I am considering using a company who can print on Fruit of the Loom and American Apparel products for me, and they have also offered me the service of relabelling which I think could be really good for me. 

The only trouble is, I'm a little worried about them removing the labels from such huge brands as these, in case of copyright laws. Does anyone know if it is against the law to remove the labels from these products and replace with my own, and if I will get into serious trouble for doing so?

Any advice is most appreciated!


----------



## Solmu (Aug 15, 2005)

Relabelling those shirts is fine, provided the new label meets the FTC's labelling regulations.


----------



## f1989 (May 20, 2009)

Thanks for the quick response! I'll look into it now


----------



## Solmu (Aug 15, 2005)

I see from your other posts that you're in the UK; in that case it's not the (U.S. based) FTC you need to worry about. But the UK laws are substantially similar, and the answer is the same.

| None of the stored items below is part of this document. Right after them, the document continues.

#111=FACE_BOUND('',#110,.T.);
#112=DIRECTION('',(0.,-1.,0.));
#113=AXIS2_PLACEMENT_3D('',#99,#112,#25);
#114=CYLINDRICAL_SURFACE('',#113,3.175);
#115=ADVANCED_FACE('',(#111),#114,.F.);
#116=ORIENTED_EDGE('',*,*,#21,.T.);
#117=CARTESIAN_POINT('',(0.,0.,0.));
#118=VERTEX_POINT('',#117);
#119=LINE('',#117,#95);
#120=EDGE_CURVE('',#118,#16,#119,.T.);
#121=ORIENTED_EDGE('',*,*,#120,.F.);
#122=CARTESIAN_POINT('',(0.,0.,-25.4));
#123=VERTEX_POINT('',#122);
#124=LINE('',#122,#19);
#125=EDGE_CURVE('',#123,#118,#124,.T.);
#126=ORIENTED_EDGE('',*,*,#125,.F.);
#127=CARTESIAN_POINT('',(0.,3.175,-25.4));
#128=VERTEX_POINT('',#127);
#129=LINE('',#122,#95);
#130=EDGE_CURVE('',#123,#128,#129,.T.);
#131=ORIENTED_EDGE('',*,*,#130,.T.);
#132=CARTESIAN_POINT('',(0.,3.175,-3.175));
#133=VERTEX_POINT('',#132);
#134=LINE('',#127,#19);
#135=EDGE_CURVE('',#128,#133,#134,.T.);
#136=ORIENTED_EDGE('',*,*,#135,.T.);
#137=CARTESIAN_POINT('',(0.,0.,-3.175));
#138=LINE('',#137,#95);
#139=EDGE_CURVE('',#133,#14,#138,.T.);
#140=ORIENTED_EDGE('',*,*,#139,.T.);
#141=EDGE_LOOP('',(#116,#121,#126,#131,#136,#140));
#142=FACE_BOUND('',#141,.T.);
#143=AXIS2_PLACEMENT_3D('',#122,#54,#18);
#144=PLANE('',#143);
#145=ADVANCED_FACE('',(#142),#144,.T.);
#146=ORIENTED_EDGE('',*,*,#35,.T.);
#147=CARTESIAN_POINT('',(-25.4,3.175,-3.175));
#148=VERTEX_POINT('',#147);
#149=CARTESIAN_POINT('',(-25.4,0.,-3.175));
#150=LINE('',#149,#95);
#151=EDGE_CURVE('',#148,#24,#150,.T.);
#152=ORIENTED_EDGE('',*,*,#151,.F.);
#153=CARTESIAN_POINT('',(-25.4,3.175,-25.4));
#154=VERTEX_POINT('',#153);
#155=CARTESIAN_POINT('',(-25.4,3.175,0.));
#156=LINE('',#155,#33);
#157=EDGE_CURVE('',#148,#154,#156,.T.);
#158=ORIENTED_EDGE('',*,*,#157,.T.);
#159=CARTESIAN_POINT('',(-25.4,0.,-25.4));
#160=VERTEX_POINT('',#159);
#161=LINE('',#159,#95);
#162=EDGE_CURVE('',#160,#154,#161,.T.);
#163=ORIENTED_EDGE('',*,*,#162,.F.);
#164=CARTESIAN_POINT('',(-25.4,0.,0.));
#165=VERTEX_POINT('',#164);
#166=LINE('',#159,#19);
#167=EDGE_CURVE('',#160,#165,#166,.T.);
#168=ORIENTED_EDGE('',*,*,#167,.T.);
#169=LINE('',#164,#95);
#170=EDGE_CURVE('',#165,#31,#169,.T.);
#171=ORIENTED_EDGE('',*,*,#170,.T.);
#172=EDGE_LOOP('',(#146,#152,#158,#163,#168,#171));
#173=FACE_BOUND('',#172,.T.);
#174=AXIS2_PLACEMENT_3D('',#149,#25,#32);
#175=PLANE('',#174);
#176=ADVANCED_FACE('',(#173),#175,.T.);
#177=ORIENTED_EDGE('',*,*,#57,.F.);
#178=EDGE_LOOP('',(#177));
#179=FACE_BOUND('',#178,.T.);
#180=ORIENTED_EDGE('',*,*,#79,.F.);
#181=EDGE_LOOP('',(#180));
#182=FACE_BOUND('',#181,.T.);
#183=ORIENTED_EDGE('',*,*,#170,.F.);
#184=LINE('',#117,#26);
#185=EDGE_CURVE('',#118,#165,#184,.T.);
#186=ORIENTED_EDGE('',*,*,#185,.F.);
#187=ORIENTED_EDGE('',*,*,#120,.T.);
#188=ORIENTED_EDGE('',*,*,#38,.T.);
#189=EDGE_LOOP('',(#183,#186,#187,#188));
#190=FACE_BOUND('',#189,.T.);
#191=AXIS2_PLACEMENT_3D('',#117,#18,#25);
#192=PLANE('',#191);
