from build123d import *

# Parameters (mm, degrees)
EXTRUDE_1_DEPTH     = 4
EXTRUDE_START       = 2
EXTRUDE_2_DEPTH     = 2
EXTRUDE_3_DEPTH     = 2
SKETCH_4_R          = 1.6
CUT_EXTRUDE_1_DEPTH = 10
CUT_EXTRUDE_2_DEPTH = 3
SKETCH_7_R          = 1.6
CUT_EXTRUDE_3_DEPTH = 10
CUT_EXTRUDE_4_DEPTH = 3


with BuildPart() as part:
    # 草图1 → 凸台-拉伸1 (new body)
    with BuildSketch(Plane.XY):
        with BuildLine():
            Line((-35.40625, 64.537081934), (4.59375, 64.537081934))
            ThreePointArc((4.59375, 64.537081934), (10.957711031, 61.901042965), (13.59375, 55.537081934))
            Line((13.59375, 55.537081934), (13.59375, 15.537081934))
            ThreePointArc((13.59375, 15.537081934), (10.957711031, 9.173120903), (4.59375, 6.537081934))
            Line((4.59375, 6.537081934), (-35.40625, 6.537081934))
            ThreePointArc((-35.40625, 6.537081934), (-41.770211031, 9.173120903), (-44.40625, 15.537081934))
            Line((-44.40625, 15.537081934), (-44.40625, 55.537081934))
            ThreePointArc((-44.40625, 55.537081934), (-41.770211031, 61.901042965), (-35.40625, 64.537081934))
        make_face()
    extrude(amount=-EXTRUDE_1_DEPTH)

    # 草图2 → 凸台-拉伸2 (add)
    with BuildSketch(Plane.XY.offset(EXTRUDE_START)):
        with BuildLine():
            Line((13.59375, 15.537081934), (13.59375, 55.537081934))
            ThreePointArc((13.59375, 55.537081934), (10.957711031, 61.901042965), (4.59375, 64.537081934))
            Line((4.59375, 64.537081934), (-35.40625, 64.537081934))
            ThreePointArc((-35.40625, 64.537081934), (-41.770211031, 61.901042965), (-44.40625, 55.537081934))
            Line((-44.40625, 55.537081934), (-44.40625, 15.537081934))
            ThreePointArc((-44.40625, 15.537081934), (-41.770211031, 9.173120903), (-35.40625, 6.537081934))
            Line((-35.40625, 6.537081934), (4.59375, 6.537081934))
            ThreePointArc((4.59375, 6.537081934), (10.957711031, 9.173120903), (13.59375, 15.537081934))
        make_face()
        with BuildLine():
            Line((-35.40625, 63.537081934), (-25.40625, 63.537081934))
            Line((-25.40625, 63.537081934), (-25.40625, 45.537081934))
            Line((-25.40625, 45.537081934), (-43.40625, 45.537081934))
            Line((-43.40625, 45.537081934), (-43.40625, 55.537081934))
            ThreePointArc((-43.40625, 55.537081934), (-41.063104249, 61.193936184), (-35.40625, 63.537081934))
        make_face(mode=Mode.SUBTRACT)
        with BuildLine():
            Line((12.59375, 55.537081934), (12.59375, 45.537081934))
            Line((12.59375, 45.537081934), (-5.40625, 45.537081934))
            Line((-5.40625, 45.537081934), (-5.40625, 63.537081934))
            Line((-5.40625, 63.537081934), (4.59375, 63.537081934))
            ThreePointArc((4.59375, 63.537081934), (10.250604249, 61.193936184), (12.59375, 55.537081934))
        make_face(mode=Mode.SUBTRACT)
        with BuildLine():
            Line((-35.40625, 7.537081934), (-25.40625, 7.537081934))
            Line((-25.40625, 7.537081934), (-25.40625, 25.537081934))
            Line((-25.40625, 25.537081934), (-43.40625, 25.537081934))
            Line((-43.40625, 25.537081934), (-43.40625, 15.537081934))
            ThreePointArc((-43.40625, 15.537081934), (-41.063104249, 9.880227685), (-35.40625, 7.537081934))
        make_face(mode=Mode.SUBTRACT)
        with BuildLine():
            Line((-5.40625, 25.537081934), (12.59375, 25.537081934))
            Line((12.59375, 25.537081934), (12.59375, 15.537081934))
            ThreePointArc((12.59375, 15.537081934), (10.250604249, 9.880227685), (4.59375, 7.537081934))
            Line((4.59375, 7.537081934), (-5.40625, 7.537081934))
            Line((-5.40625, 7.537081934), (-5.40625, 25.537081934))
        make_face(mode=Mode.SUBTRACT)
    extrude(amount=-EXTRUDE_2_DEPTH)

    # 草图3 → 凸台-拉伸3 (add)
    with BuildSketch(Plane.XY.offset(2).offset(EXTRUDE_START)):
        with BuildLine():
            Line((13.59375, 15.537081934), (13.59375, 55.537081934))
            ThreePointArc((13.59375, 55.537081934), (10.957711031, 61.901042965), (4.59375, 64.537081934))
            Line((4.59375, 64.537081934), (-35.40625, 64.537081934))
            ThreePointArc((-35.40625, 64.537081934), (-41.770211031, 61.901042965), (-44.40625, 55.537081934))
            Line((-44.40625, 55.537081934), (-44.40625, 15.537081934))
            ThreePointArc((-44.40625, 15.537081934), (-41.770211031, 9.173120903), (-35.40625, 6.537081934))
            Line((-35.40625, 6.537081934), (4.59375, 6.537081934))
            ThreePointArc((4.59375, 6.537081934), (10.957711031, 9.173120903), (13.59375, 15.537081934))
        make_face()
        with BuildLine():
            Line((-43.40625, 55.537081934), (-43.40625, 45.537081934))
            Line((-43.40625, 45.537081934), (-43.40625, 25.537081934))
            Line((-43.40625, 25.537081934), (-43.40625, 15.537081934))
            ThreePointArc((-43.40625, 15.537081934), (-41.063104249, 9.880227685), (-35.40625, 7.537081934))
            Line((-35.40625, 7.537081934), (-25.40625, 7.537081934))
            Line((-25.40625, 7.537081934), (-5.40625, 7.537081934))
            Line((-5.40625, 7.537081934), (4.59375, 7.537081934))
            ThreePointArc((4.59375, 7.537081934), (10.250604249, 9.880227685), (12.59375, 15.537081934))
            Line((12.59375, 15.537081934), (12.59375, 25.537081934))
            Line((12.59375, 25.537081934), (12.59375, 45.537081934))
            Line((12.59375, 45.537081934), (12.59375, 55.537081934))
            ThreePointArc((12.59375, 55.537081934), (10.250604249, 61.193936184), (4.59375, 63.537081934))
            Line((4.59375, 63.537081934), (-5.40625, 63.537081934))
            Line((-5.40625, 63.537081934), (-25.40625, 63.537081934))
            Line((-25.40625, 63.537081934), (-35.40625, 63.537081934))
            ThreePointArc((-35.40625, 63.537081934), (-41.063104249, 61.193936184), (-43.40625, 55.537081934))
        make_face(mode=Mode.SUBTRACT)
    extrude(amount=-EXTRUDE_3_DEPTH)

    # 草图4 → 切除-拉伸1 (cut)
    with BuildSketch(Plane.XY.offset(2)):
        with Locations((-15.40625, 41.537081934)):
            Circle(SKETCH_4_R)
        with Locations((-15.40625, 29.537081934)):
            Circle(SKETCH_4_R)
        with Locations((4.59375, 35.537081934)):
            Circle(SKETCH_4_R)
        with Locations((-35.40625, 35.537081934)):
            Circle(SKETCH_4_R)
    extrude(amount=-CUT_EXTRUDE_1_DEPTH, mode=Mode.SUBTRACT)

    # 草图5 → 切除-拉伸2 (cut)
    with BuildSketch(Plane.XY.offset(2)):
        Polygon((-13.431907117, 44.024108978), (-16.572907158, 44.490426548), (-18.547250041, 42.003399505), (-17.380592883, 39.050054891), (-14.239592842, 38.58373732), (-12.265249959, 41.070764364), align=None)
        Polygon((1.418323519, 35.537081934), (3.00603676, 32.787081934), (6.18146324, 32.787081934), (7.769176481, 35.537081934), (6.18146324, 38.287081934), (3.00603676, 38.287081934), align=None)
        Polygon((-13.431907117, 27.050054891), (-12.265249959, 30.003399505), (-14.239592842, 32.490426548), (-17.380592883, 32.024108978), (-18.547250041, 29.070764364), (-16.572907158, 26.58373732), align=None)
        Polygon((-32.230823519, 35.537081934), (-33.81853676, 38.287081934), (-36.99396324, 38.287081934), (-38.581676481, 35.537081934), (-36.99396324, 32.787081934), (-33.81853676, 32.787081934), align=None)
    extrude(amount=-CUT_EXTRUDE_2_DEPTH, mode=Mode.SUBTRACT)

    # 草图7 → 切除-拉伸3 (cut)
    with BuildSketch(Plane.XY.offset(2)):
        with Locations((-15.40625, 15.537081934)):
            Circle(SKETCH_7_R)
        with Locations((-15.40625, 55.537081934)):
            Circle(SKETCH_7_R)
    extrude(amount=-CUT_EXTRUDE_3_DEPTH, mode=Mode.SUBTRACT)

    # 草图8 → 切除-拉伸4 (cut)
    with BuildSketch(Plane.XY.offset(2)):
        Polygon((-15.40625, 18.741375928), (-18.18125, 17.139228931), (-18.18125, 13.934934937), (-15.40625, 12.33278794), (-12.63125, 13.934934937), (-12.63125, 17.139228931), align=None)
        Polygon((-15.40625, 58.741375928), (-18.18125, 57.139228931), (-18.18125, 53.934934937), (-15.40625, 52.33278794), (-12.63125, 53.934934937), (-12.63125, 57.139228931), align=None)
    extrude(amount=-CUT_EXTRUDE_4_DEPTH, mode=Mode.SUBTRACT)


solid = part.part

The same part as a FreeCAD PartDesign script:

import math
import FreeCAD as App
import Part
import Sketcher
from FreeCAD import Vector
Q = App.Units.Quantity


def add_polygon(sketch, points):
    """Adds a closed chain of lines whose ends are joined by coincident constraints."""
    first, n = sketch.GeometryCount, len(points)
    for a, b in zip(points, points[1:] + points[:1]):
        sketch.addGeometry(Part.LineSegment(App.Vector(*a, 0), App.Vector(*b, 0)), False)
    for i in range(n):
        sketch.addConstraint(Sketcher.Constraint("Coincident", first + i, 2, first + (i + 1) % n, 1))

doc = App.newDocument("Part")
params = doc.addObject("Spreadsheet::Sheet", "Params")
for row, (alias, value) in enumerate([
    ("sketch1_radius", "9 mm"),
    ("sketch1_width", "40 mm"),
    ("pad1_length", "4 mm"),
    ("sketch2_radius", "9 mm"),
    ("sketch2_radius2", "8 mm"),
    ("sketch2_width", "40 mm"),
    ("sketch2_width2", "10 mm"),
    ("pad2_length", "2 mm"),
    ("sketch3_radius", "9 mm"),
    ("sketch3_radius2", "8 mm"),
    ("sketch3_width", "40 mm"),
    ("pad3_length", "2 mm"),
    ("sketch4_diameter", "3.2 mm"),
    ("pocket1_length", "10 mm"),
    ("pocket2_length", "3 mm"),
    ("sketch6_diameter", "3.2 mm"),
    ("pocket3_length", "10 mm"),
    ("pocket4_length", "3 mm"),
], start=1):
    params.set(f"A{row}", alias)
    params.set(f"B{row}", "=" + value)
    params.setAlias(f"B{row}", alias)

body = doc.addObject("PartDesign::Body", "Body")

# Sketch on XY plane
sketch1 = body.newObject("Sketcher::SketchObject", "Sketch")
sketch1.AttachmentSupport = (doc.getObject("XY_Plane"), [""])
sketch1.MapMode = "FlatFace"
sketch1.addGeometry([
    Part.LineSegment(Vector(5, 65, 0), Vector(-35, 65, 0)),  # 0
    Part.ArcOfCircle(Part.Circle(Vector(-35, 56, 0), Vector(0, 0, 1), 9), math.radians(90), math.radians(180)),  # 1
    Part.LineSegment(Vector(-44, 56, 0), Vector(-44, 16, 0)),  # 2
    Part.ArcOfCircle(Part.Circle(Vector(-35, 16, 0), Vector(0, 0, 1), 9), math.radians(180), math.radians(270)),  # 3
    Part.LineSegment(Vector(-35, 7, 0), Vector(5, 7, 0)),  # 4
    Part.ArcOfCircle(Part.Circle(Vector(5, 16, 0), Vector(0, 0, 1), 9), math.radians(-90), math.radians(0)),  # 5
    Part.LineSegment(Vector(14, 16, 0), Vector(14, 56, 0)),  # 6
    Part.ArcOfCircle(Part.Circle(Vector(5, 56, 0), Vector(0, 0, 1), 9), math.radians(0), math.radians(90)),  # 7
], False)
sketch1.addConstraint([
    Sketcher.Constraint("Tangent", 0, 2, 1, 1),
    Sketcher.Constraint("Tangent", 1, 2, 2, 1),
    Sketcher.Constraint("Tangent", 2, 2, 3, 1),
    Sketcher.Constraint("Tangent", 3, 2, 4, 1),
    Sketcher.Constraint("Tangent", 4, 2, 5, 1),
    Sketcher.Constraint("Tangent", 5, 2, 6, 1),
    Sketcher.Constraint("Tangent", 6, 2, 7, 1),
    Sketcher.Constraint("Tangent", 7, 2, 0, 1),
    Sketcher.Constraint("Horizontal", 0),
    Sketcher.Constraint("Vertical", 2),
    Sketcher.Constraint("Horizontal", 4),
    Sketcher.Constraint("Vertical", 6),
    Sketcher.Constraint("Equal", 1, 3),
    Sketcher.Constraint("Equal", 3, 5),
    Sketcher.Constraint("Equal", 5, 7),
    Sketcher.Constraint("Equal", 4, 2),
    Sketcher.Constraint("Radius", 1, 9.0),
    Sketcher.Constraint("DistanceX", 0, 2, 0, 1, 40.0),
    Sketcher.Constraint("DistanceX", 1, 3, -1, 1, 35.40625),
    Sketcher.Constraint("DistanceY", -1, 1, 1, 3, 55.537082),
])
sketch1.setExpression("Constraints[16]", "Params.sketch1_radius")
sketch1.setExpression("Constraints[17]", "Params.sketch1_width")
pad1 = body.newObject("PartDesign::Pad", "Pad")
pad1.Profile = sketch1
pad1.setExpression("Length", "Params.pad1_length")
pad1.Reversed = True

# Sketch on XY plane
sketch2 = body.newObject("Sketcher::SketchObject", "Sketch001")
sketch2.AttachmentSupport = (doc.getObject("XY_Plane"), [""])
sketch2.MapMode = "FlatFace"
sketch2.AttachmentOffset = App.Placement(Vector(0, 0, 2), App.Rotation())
sketch2.addGeometry([
    Part.LineSegment(Vector(14, 16, 0), Vector(14, 56, 0)),  # 0
    Part.ArcOfCircle(Part.Circle(Vector(5, 56, 0), Vector(0, 0, 1), 9), math.radians(0), math.radians(90)),  # 1
    Part.LineSegment(Vector(5, 65, 0), Vector(-35, 65, 0)),  # 2
    Part.ArcOfCircle(Part.Circle(Vector(-35, 56, 0), Vector(0, 0, 1), 9), math.radians(90), math.radians(180)),  # 3
    Part.LineSegment(Vector(-44, 56, 0), Vector(-44, 16, 0)),  # 4
    Part.ArcOfCircle(Part.Circle(Vector(-35, 16, 0), Vector(0, 0, 1), 9), math.radians(180), math.radians(270)),  # 5
    Part.LineSegment(Vector(-35, 7, 0), Vector(5, 7, 0)),  # 6
    Part.ArcOfCircle(Part.Circle(Vector(5, 16, 0), Vector(0, 0, 1), 9), math.radians(-90), math.radians(0)),  # 7
    Part.LineSegment(Vector(-25, 8, 0), Vector(-35, 8, 0)),  # 8
    Part.ArcOfCircle(Part.Circle(Vector(-35, 16, 0), Vector(0, 0, 1), 8), math.radians(-180), math.radians(-90)),  # 9
    Part.LineSegment(Vector(-43, 16, 0), Vector(-43, 26, 0)),  # 10
    Part.LineSegment(Vector(-43, 26, 0), Vector(-25, 26, 0)),  # 11
    Part.LineSegment(Vector(-25, 26, 0), Vector(-25, 8, 0)),  # 12
    Part.LineSegment(Vector(-5, 8, 0), Vector(-5, 26, 0)),  # 13
    Part.LineSegment(Vector(-5, 26, 0), Vector(13, 26, 0)),  # 14
    Part.LineSegment(Vector(13, 26, 0), Vector(13, 16, 0)),  # 15
    Part.ArcOfCircle(Part.Circle(Vector(5, 16, 0), Vector(0, 0, 1), 8), math.radians(-90), math.radians(0)),  # 16
    Part.LineSegment(Vector(5, 8, 0), Vector(-5, 8, 0)),  # 17
    Part.ArcOfCircle(Part.Circle(Vector(-35, 56, 0), Vector(0, 0, 1), 8), math.radians(90), math.radians(180)),  # 18
    Part.LineSegment(Vector(-35, 64, 0), Vector(-25, 64, 0)),  # 19
    Part.LineSegment(Vector(-25, 64, 0), Vector(-25, 46, 0)),  # 20
    Part.LineSegment(Vector(-25, 46, 0), Vector(-43, 46, 0)),  # 21
    Part.LineSegment(Vector(-43, 46, 0), Vector(-43, 56, 0)),  # 22
    Part.ArcOfCircle(Part.Circle(Vector(5, 56, 0), Vector(0, 0, 1), 8), math.radians(0), math.radians(90)),  # 23
    Part.LineSegment(Vector(13, 56, 0), Vector(13, 46, 0)),  # 24
    Part.LineSegment(Vector(13, 46, 0), Vector(-5, 46, 0)),  # 25
    Part.LineSegment(Vector(-5, 46, 0), Vector(-5, 64, 0)),  # 26
    Part.LineSegment(Vector(-5, 64, 0), Vector(5, 64, 0)),  # 27
], False)
sketch2.addConstraint([
    Sketcher.Constraint("Tangent", 0, 2, 1, 1),
    Sketcher.Constraint("Tangent", 1, 2, 2, 1),
    Sketcher.Constraint("Tangent", 2, 2, 3, 1),
    Sketcher.Constraint("Tangent", 3, 2, 4, 1),
    Sketcher.Constraint("Tangent", 4, 2, 5, 1),
    Sketcher.Constraint("Tangent", 5, 2, 6, 1),
    Sketcher.Constraint("Tangent", 6, 2, 7, 1),
    Sketcher.Constraint("Tangent", 7, 2, 0, 1),
    Sketcher.Constraint("Tangent", 8, 2, 9, 2),
    Sketcher.Constraint("Tangent", 9, 1, 10, 1),
    Sketcher.Constraint("Coincident", 10, 2, 11, 1),
    Sketcher.Constraint("Coincident", 11, 2, 12, 1),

Still, it's a good idea to fill out your location in your profile, or people will assume you're from the U.S. when asking questions like these.


----------



## LYF Apparel (May 27, 2009)

I don't think that is a problem. From what I've been told and what I've learned is that this is done by most startup designers. Unless you're going to cut and sew your own Ts this is the best choice.


----------